Dr. Giza arranged for the Cheeseman family to meet Dr. Aria Fallah, pediatric neurosurgeon specializing in epilepsy in the UCLA Department of Neurosurgery. Prior to meeting with him, Tiffany researched Dr. Fallah online and watched a webinar video of Dr. Fallah explaining surgical options for children with epilepsy. As Tiffany listened to Dr. Fallah and noticed his calm demeanor, she began to realize that surgery could be the right decision for Brock.
“When we met Dr. Fallah, I recognized instantly how kind, thoughtful and genuine he was,” Tiffany said. “He gave such a warm handshake, and he talked to Brock, and took his time with us. We could feel how much Dr. Fallah genuinely cares for our child. We had a laundry list, two-pages, of questions. He answered all of our questions. And, he even asked how we were doing, knowing that it’s difficult for us as parents.”
Brock underwent the evaluations to test the right and left hemispheres of his brain to pinpoint the exact location of the seizures. Dr. Fallah concluded that Brock was a good candidate for hemispherectomy, a surgical procedure that would involve disconnecting the dysfunctional left hemisphere and removing areas causing the seizures. The right hemisphere of his brain was in Dr. Fallah’s words “perfect.” The hemispherectomy would give the right hemisphere of his brain a chance at neuroplasticity, the brain’s natural ability to rewire its functions using one side of the brain.
On the morning of February 12, 2016, Ben, Tiffany and Brock met with Dr. Fallah in the pre-operation area of Mattel Children’s Hospital at UCLA. “Is there anything I can do for you? Can I get you a PowerBar?” Ben asked Dr. Fallah. “I slept very well. Today is a good day,” Dr. Fallah replied calmly. “Dr. Fallah made me feel so much better with those few short sentences,” Ben reflected. “Dr. Fallah is very measured, calm and collected. And that is very assuring to someone who is worried.” Tiffany accompanied Brock into the operating room. She stayed with him until they placed the mask and the anesthesia lulled him to sleep.
“That was the hardest part having to leave him in the operating room,” Tiffany said. “And that's where we had to have total trust in Dr. Fallah, and know that he had the ability to make our son better.” Dr. Fallah and his team worked for hours to repair Brock’s brain. They kept the Cheesemans informed as they moved through the operation. Ten hours later, Brock awoke in the recovery room and spoke immediately, much to the relief of his parents at his bedside. The seizures stopped and Brock recovered from surgery. As the right side of his brain began to rewire, Brock underwent speech therapy, occupational therapy, physical therapy, and later adaptive physical education to boost the neuroplasticity and continue recovery.

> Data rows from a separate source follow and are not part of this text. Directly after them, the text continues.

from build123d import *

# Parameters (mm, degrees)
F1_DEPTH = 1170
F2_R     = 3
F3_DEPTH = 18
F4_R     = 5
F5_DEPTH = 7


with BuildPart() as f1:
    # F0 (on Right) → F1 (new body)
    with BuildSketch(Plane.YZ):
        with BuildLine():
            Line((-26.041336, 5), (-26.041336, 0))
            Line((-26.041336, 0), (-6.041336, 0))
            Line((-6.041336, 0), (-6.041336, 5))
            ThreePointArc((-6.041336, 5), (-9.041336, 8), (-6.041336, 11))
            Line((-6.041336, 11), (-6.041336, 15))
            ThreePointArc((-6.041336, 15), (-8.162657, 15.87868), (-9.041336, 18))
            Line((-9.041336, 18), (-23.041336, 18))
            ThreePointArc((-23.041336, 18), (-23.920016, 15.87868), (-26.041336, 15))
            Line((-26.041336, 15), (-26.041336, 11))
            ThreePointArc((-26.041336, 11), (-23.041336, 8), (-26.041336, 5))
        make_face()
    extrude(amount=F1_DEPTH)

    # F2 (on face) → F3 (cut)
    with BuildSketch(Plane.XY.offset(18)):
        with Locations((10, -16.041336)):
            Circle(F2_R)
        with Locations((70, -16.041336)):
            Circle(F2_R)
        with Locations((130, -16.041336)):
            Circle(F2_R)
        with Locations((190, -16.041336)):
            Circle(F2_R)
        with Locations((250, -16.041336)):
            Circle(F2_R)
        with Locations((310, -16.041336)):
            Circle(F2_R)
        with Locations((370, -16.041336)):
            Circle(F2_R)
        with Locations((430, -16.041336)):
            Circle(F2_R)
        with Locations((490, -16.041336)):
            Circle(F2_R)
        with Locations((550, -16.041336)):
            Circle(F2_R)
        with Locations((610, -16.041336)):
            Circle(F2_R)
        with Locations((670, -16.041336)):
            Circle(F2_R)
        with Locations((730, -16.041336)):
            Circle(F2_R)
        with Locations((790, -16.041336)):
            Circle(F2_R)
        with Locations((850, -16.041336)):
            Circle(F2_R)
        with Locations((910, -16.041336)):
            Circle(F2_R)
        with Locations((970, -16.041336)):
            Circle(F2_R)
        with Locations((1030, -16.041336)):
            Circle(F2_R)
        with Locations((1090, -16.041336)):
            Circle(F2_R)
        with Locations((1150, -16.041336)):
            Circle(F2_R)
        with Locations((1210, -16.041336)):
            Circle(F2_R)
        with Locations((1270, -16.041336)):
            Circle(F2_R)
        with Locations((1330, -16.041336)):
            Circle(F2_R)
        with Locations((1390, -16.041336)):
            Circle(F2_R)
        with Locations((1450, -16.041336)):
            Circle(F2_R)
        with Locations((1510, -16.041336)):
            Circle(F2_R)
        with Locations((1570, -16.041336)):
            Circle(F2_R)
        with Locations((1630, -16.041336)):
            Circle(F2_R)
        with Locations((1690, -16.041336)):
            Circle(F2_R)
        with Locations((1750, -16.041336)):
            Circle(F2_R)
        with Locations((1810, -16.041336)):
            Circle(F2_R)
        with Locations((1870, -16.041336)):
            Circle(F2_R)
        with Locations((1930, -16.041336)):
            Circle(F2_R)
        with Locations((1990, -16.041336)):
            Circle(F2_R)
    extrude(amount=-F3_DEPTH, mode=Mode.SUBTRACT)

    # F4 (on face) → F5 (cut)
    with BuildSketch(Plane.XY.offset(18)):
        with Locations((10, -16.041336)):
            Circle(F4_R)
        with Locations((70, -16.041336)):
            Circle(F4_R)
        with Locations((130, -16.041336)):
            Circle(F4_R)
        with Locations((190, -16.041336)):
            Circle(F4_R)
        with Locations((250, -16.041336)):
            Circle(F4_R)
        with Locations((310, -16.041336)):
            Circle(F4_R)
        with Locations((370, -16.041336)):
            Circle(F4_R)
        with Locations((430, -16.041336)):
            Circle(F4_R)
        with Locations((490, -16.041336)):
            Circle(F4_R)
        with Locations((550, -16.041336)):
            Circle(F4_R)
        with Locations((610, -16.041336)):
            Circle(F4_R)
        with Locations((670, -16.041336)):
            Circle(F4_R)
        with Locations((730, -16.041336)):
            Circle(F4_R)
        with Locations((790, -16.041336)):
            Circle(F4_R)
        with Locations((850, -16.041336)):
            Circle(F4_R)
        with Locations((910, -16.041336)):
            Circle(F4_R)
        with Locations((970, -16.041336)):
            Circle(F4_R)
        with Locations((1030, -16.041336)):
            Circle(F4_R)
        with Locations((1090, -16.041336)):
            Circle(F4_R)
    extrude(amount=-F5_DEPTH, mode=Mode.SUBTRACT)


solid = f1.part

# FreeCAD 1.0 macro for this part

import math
import FreeCAD as App
import Part
import Sketcher

doc = App.newDocument("Part")
params = doc.addObject("Spreadsheet::Sheet", "Params")
for row, (alias, value) in enumerate([
    ("sketch1_radius", "3 mm"),
    ("sketch1_width", "20 mm"),
    ("sketch1_height", "5 mm"),
    ("sketch1_height2", "4 mm"),
    ("pad1_length", "1170 mm"),
    ("sketch2_diameter", "6 mm"),
    ("pocket1_length", "18 mm"),
    ("sketch3_diameter", "10 mm"),
    ("pocket2_length", "7 mm"),
], start=1):
    params.set(f"A{row}", alias)
    params.set(f"B{row}", "=" + value)
    params.setAlias(f"B{row}", alias)

body = doc.addObject("PartDesign::Body", "Body")

sketch1 = body.newObject("Sketcher::SketchObject", "Sketch")
sketch1.AttachmentSupport = (doc.getObject("YZ_Plane"), [""])
sketch1.MapMode = "FlatFace"
sketch1.addGeometry([
    Part.LineSegment(App.Vector(-26.041336, 5, 0), App.Vector(-26.041336, 0, 0)),
    Part.LineSegment(App.Vector(-26.041336, 0, 0), App.Vector(-6.041336, 0, 0)),
    Part.LineSegment(App.Vector(-6.041336, 0, 0), App.Vector(-6.041336, 5, 0)),
    Part.ArcOfCircle(Part.Circle(App.Vector(-6.041336, 8, 0), App.Vector(0, 0, 1), 3), math.radians(90), math.radians(270)),
    Part.LineSegment(App.Vector(-6.041336, 11, 0), App.Vector(-6.041336, 15, 0)),
    Part.ArcOfCircle(Part.Circle(App.Vector(-6.041337, 17.999999, 0), App.Vector(0, 0, 1), 2.999999), math.radians(179.99999), math.radians(270.00001)),
    Part.LineSegment(App.Vector(-9.041336, 18, 0), App.Vector(-23.041336, 18, 0)),
    Part.ArcOfCircle(Part.Circle(App.Vector(-26.041337, 18.000001, 0), App.Vector(0, 0, 1), 3.000001), math.radians(-89.999978), math.radians(-0.000022)),
    Part.LineSegment(App.Vector(-26.041336, 15, 0), App.Vector(-26.041336, 11, 0)),
    Part.ArcOfCircle(Part.Circle(App.Vector(-26.041336, 8, 0), App.Vector(0, 0, 1), 3), math.radians(-90), math.radians(90)),
], False)
sketch1.addConstraint([
    Sketcher.Constraint("Coincident", 0, 2, 1, 1),
    Sketcher.Constraint("Coincident", 1, 2, 2, 1),
    Sketcher.Constraint("Coincident", 2, 2, 3, 2),
    Sketcher.Constraint("Coincident", 3, 1, 4, 1),
    Sketcher.Constraint("Coincident", 4, 2, 5, 2),
    Sketcher.Constraint("Coincident", 5, 1, 6, 1),
    Sketcher.Constraint("Coincident", 6, 2, 7, 2),
    Sketcher.Constraint("Coincident", 7, 1, 8, 1),
    Sketcher.Constraint("Coincident", 8, 2, 9, 2),
    Sketcher.Constraint("Coincident", 9, 1, 0, 1),
    Sketcher.Constraint("Vertical", 0),
    Sketcher.Constraint("Horizontal", 1),
    Sketcher.Constraint("Vertical", 2),
    Sketcher.Constraint("Vertical", 4),
    Sketcher.Constraint("Horizontal", 6),
    Sketcher.Constraint("Vertical", 8),
    Sketcher.Constraint("Equal", 3, 5),
    Sketcher.Constraint("Equal", 5, 7),
    Sketcher.Constraint("Equal", 7, 9),
    Sketcher.Constraint("PointOnObject", 0, 2, -1),
    Sketcher.Constraint("Horizontal", 5, 3, 7, 3),
    Sketcher.Constraint("Horizontal", 3, 3, 9, 3),
    Sketcher.Constraint("Horizontal", 7, 3, 5, 1),
    Sketcher.Constraint("Vertical", 3, 3, 5, 3),
    Sketcher.Constraint("Vertical", 7, 3, 9, 3),
    Sketcher.Constraint("Vertical", 9, 3, 0, 2),
    Sketcher.Constraint("Vertical", 5, 3, 1, 2),
    Sketcher.Constraint("Vertical", 2, 2, 3, 1),
    Sketcher.Constraint("Vertical", 0, 2, 7, 1),
    Sketcher.Constraint("Radius", 3, 3.0),
    Sketcher.Constraint("DistanceX", 1, 1, 1, 2, 20.0),
    Sketcher.Constraint("DistanceY", 0, 2, 0, 1, 5.0),
    Sketcher.Constraint("DistanceY", 4, 1, 4, 2, 4.0),
    Sketcher.Constraint("DistanceX", 3, 3, -1, 1, 6.041336),
])
sketch1.setExpression("Constraints[29]", "Params.sketch1_radius")
sketch1.setExpression("Constraints[30]", "Params.sketch1_width")
sketch1.setExpression("Constraints[31]", "Params.sketch1_height")
sketch1.setExpression("Constraints[32]", "Params.sketch1_height2")
pad1 = body.newObject("PartDesign::Pad", "Pad")
pad1.Profile = sketch1
pad1.setExpression("Length", "Params.pad1_length")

“It’s like he’s a different kid,” Ben said. “There is so much curiosity in him that was not there before. Brock is so inquisitive now about everything. We read ‘Harry Potter and The Sorcerer’s Stone’ and he asks so many questions, and he loves to play again. We are so grateful to Dr. Fallah and Dr. Giza. They are brilliant and down to earth. We've assembled a phenomenal, world-class team of doctors at UCLA for Brock.” Six months post-surgery, Brock continues to live seizure-free for the first time in his life. In a way, it’s like a rebirth.

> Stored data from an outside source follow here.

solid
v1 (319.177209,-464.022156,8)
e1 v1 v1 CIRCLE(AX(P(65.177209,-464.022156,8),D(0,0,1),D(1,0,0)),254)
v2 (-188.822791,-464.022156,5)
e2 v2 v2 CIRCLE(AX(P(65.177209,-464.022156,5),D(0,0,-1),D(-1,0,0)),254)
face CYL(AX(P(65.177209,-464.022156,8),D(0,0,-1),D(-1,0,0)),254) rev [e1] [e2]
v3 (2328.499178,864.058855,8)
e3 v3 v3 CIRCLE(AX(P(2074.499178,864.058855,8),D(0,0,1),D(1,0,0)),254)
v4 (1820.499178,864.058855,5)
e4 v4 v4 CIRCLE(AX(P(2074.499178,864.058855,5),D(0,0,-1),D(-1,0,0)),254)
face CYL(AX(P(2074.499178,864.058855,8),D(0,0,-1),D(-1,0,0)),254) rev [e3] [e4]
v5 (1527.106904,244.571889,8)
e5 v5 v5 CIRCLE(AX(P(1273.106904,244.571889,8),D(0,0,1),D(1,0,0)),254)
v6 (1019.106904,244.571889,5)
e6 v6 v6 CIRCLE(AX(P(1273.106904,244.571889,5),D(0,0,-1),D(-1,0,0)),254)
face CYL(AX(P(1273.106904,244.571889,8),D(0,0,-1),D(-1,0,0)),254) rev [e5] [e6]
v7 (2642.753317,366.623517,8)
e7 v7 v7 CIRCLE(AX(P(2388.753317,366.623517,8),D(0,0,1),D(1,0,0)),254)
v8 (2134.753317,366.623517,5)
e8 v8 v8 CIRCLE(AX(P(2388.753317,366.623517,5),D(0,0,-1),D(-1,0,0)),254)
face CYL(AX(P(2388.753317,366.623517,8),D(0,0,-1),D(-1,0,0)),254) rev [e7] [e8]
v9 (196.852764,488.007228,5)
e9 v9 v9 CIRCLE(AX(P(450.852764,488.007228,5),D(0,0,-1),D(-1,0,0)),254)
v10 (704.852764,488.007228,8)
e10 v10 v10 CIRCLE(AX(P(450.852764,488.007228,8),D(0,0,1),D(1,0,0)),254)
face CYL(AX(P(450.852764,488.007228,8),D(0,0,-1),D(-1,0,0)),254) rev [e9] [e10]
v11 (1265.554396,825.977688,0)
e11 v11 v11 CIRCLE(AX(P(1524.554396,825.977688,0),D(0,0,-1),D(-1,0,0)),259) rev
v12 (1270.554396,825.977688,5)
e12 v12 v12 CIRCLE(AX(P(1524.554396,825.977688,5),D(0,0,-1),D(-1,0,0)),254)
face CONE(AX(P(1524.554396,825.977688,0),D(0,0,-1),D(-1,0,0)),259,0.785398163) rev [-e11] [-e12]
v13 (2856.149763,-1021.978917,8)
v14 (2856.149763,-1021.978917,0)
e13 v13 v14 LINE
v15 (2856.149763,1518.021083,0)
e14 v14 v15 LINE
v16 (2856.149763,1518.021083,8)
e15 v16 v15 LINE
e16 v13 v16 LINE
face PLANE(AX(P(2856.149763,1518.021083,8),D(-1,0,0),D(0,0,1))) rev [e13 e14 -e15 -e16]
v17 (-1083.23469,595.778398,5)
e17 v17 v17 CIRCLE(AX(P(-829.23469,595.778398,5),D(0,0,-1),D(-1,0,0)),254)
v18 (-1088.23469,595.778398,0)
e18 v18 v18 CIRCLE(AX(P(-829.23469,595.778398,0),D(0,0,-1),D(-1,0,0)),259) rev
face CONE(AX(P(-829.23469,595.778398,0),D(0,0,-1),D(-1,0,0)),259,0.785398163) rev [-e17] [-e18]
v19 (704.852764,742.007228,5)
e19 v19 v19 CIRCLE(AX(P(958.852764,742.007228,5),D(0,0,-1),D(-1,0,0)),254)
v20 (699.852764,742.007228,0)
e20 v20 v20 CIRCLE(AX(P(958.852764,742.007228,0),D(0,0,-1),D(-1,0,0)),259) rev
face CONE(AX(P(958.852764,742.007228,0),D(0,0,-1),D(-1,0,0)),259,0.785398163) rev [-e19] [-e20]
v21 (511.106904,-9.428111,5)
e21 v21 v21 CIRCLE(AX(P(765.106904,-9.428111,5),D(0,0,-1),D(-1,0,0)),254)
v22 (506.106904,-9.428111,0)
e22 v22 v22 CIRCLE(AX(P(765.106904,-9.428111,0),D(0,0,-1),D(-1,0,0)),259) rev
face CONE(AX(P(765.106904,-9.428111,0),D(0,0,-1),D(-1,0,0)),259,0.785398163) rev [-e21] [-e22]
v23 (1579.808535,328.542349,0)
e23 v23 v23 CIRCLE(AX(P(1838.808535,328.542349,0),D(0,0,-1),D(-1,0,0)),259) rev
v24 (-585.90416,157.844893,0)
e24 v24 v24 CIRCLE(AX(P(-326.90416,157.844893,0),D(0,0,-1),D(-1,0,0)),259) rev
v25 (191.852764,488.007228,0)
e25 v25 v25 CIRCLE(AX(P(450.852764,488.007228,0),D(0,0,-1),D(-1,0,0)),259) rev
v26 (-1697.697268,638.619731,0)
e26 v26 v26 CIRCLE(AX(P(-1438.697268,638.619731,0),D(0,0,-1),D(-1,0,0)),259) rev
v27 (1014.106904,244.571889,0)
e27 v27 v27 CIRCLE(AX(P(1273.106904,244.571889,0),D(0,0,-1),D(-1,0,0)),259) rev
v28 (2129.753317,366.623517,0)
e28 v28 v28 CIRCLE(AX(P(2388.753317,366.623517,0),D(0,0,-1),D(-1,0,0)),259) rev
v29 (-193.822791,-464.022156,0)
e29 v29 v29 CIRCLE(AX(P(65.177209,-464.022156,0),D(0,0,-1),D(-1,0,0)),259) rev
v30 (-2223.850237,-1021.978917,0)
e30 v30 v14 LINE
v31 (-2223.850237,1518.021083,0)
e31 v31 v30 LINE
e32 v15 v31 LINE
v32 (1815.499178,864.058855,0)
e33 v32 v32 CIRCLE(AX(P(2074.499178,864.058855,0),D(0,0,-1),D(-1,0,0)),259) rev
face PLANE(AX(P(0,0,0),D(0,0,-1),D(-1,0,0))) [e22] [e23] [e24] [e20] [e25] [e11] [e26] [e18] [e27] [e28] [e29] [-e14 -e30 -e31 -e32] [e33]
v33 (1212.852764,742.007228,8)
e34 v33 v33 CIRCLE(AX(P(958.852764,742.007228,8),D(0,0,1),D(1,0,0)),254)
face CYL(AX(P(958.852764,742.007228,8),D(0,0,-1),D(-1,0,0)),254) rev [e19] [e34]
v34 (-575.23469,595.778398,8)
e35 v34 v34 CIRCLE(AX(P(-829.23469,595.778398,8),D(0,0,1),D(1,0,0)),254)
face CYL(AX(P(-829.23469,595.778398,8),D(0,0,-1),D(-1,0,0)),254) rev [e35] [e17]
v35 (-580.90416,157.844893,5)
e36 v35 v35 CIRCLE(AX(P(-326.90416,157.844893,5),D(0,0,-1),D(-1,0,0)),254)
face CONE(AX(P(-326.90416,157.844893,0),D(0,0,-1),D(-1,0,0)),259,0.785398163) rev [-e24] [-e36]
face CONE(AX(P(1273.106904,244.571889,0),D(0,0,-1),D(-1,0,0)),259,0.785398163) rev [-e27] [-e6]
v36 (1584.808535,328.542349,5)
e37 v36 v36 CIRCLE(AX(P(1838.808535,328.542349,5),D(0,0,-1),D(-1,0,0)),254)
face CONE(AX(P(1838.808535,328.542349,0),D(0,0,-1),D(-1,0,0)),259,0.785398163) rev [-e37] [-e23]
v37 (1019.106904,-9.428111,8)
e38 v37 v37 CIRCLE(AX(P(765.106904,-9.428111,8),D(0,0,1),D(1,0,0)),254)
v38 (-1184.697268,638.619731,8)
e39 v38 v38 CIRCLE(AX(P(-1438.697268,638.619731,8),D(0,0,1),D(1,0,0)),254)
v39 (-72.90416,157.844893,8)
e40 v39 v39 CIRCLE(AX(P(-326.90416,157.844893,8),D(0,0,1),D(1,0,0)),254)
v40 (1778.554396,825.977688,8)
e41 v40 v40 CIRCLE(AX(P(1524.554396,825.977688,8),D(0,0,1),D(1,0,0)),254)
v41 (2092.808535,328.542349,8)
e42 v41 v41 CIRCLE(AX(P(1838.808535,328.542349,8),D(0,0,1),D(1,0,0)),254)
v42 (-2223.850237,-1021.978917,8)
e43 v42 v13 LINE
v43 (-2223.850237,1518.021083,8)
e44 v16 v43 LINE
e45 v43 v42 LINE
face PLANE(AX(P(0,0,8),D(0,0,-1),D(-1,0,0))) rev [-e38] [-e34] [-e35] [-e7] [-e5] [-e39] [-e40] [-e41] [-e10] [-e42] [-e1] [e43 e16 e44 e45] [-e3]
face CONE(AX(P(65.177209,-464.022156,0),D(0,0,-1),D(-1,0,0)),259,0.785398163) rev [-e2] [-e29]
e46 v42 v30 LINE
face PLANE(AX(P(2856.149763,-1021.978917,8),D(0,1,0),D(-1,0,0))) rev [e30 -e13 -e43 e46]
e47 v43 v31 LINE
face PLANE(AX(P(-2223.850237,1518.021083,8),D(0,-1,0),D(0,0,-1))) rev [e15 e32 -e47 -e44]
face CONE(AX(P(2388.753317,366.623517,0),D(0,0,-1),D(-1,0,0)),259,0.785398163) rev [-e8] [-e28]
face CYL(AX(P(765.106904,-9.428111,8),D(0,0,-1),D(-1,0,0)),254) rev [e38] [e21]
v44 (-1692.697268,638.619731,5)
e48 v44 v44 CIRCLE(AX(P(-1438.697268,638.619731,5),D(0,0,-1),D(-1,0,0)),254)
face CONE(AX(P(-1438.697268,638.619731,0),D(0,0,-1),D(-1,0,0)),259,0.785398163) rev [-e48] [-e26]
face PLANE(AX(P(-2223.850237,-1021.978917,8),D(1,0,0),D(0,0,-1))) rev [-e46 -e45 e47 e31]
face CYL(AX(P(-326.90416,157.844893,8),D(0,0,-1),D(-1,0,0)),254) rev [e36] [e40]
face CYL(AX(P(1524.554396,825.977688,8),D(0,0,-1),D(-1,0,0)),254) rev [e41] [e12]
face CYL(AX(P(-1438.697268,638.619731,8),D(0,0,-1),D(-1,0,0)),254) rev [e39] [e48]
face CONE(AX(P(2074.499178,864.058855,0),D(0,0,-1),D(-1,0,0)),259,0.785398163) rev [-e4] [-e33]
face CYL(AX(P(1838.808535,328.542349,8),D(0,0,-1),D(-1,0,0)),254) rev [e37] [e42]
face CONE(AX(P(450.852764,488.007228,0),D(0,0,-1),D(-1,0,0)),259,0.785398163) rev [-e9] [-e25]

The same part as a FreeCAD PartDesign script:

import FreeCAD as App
import Part
import Sketcher

V = App.Vector
Q = App.Units.Quantity


def edges_at(feature, points):
    """Names of the edges that pass closest to the given points."""
    edges = feature.Shape.Edges
    near = lambda p: min(range(len(edges)), key=lambda i: edges[i].distToShape(Part.Vertex(*p))[0])
    return sorted({f"Edge{near(p) + 1}" for p in points})

doc = App.newDocument("Part")
params = doc.addObject("Spreadsheet::Sheet", "Params")
for row, (alias, value) in enumerate([
    ("sketch1_diameter", "20 in"),
    ("sketch1_width", "200 in"),
    ("sketch1_height", "100 in"),
    ("pad1_length", "8 mm"),
    ("chamfer_size", "5 mm"),
    ("chamfer2_size", "5 mm"),
], start=1):
    params.set(f"A{row}", alias)
    params.set(f"B{row}", "=" + value)
    params.setAlias(f"B{row}", alias)

body = doc.addObject("PartDesign::Body", "Body")

sketch1 = body.newObject("Sketcher::SketchObject", "Sketch")
sketch1.AttachmentSupport = (doc.getObject("XY_Plane"), [""])
sketch1.MapMode = "FlatFace"
sketch1.addGeometry([
    Part.LineSegment(V(-2224, 1518, 0), V(-2224, -1022, 0)),
    Part.LineSegment(V(-2224, -1022, 0), V(2856, -1022, 0)),
    Part.LineSegment(V(2856, -1022, 0), V(2856, 1518, 0)),
    Part.LineSegment(V(2856, 1518, 0), V(-2224, 1518, 0)),
    Part.Circle(V(65, -464, 0), V(0, 0, 1), 254),
    Part.Circle(V(-327, 158, 0), V(0, 0, 1), 254),
    Part.Circle(V(765, -9, 0), V(0, 0, 1), 254),
    Part.Circle(V(-1439, 639, 0), V(0, 0, 1), 254),
    Part.Circle(V(-829, 596, 0), V(0, 0, 1), 254),
    Part.Circle(V(451, 488, 0), V(0, 0, 1), 254),
    Part.Circle(V(1273, 245, 0), V(0, 0, 1), 254),
    Part.Circle(V(1839, 329, 0), V(0, 0, 1), 254),
    Part.Circle(V(2389, 367, 0), V(0, 0, 1), 254),
    Part.Circle(V(959, 742, 0), V(0, 0, 1), 254),
    Part.Circle(V(1525, 826, 0), V(0, 0, 1), 254),
    Part.Circle(V(2074, 864, 0), V(0, 0, 1), 254),
], False)
sketch1.addConstraint([
    Sketcher.Constraint("Coincident", 0, 2, 1, 1),
    Sketcher.Constraint("Coincident", 1, 2, 2, 1),
    Sketcher.Constraint("Coincident", 2, 2, 3, 1),
    Sketcher.Constraint("Coincident", 3, 2, 0, 1),
    Sketcher.Constraint("Vertical", 0),
    Sketcher.Constraint("Horizontal", 1),
    Sketcher.Constraint("Vertical", 2),
    Sketcher.Constraint("Horizontal", 3),
    Sketcher.Constraint("Equal", 4, 5),
    Sketcher.Constraint("Equal", 5, 6),
    Sketcher.Constraint("Equal", 6, 7),
    Sketcher.Constraint("Equal", 7, 8),
    Sketcher.Constraint("Equal", 8, 9),
    Sketcher.Constraint("Equal", 9, 10),
    Sketcher.Constraint("Equal", 10, 11),
    Sketcher.Constraint("Equal", 11, 12),
    Sketcher.Constraint("Equal", 12, 13),
    Sketcher.Constraint("Equal", 13, 14),
    Sketcher.Constraint("Equal", 14, 15),
    Sketcher.Constraint("Diameter", 4, Q("20 in")),
    Sketcher.Constraint("DistanceX", 1, 1, 1, 2, Q("200 in")),
    Sketcher.Constraint("DistanceY", 0, 2, 0, 1, Q("100 in")),
    Sketcher.Constraint("DistanceX", 6, 3, 10, 3, Q("20 in")),
    Sketcher.Constraint("DistanceY", 6, 3, 10, 3, Q("10 in")),
    Sketcher.Constraint("DistanceX", 9, 3, 13, 3, Q("20 in")),
    Sketcher.Constraint("DistanceY", 9, 3, 13, 3, Q("10 in")),
    Sketcher.Constraint("DistanceX", 8, 3, 4, 3, 894.411899),
    Sketcher.Constraint("DistanceY", 10, 3, 14, 3, 581.405799),
    Sketcher.Constraint("DistanceX", 0, 2, 9, 3, 2674.703002),
    Sketcher.Constraint("DistanceX", -1, 1, 4, 3, 65.177209),
    Sketcher.Constraint("DistanceX", 5, 3, -1, 1, 326.90416),
    Sketcher.Constraint("DistanceY", 6, 3, -1, 1, 9.428111),
    Sketcher.Constraint("DistanceX", 7, 3, -1, 1, 1438.697268),
    Sketcher.Constraint("DistanceY", -1, 1, 7, 3, 638.619731),
    Sketcher.Constraint("DistanceY", -1, 1, 11, 3, 328.542349),
    Sketcher.Constraint("DistanceY", 4, 3, 5, 3, 621.867049),
    Sketcher.Constraint("DistanceY", 6, 3, 8, 3, 605.206509),
    Sketcher.Constraint("DistanceX", 9, 3, 6, 3, 314.25414),
    Sketcher.Constraint("DistanceY", 6, 3, 9, 3, 497.435339),
    Sketcher.Constraint("DistanceX", 10, 3, 11, 3, 565.701631),
    Sketcher.Constraint("DistanceX", 11, 3, 12, 3, 549.944782),
    Sketcher.Constraint("DistanceY", 12, 3, 9, 3, 121.383711),
    Sketcher.Constraint("DistanceX", 4, 3, 12, 3, 2323.576109),
    Sketcher.Constraint("DistanceX", 13, 3, 14, 3, 565.701631),
    Sketcher.Constraint("DistanceX", 14, 3, 15, 3, 549.944782),
    Sketcher.Constraint("DistanceY", 12, 3, 15, 3, 497.435339),
    Sketcher.Constraint("DistanceY", 0, 2, 5, 3, 1179.82381),
    Sketcher.Constraint("DistanceY", 4, 3, -1, 1, 464.022156),
])
sketch1.setExpression("Constraints[19]", "Params.sketch1_diameter")
sketch1.setExpression("Constraints[20]", "Params.sketch1_width")
sketch1.setExpression("Constraints[21]", "Params.sketch1_height")
pad1 = body.newObject("PartDesign::Pad", "Pad")
pad1.Profile = sketch1
pad1.setExpression("Length", "Params.pad1_length")
doc.recompute()

chamfer = body.newObject("PartDesign::Chamfer", "Chamfer")
chamfer.Base = (pad1, edges_at(pad1, [(1820.499, 864.059, 0), (2134.753, 366.624, 0)]))
chamfer.setExpression("Size", "Params.chamfer_size")
doc.recompute()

“Brock is a different child, he's just doing remarkably well,” Tiffany said, as emotion welled up. “It’s changed all of our lives. Dr. Fallah made all the right disconnections because we aren't having any seizures. And, Brock’s incision healed fantastic. We definitely made the right decision in picking Dr. Fallah as our neurosurgeon, because he is not only an excellent doctor, but he's an excellent person.”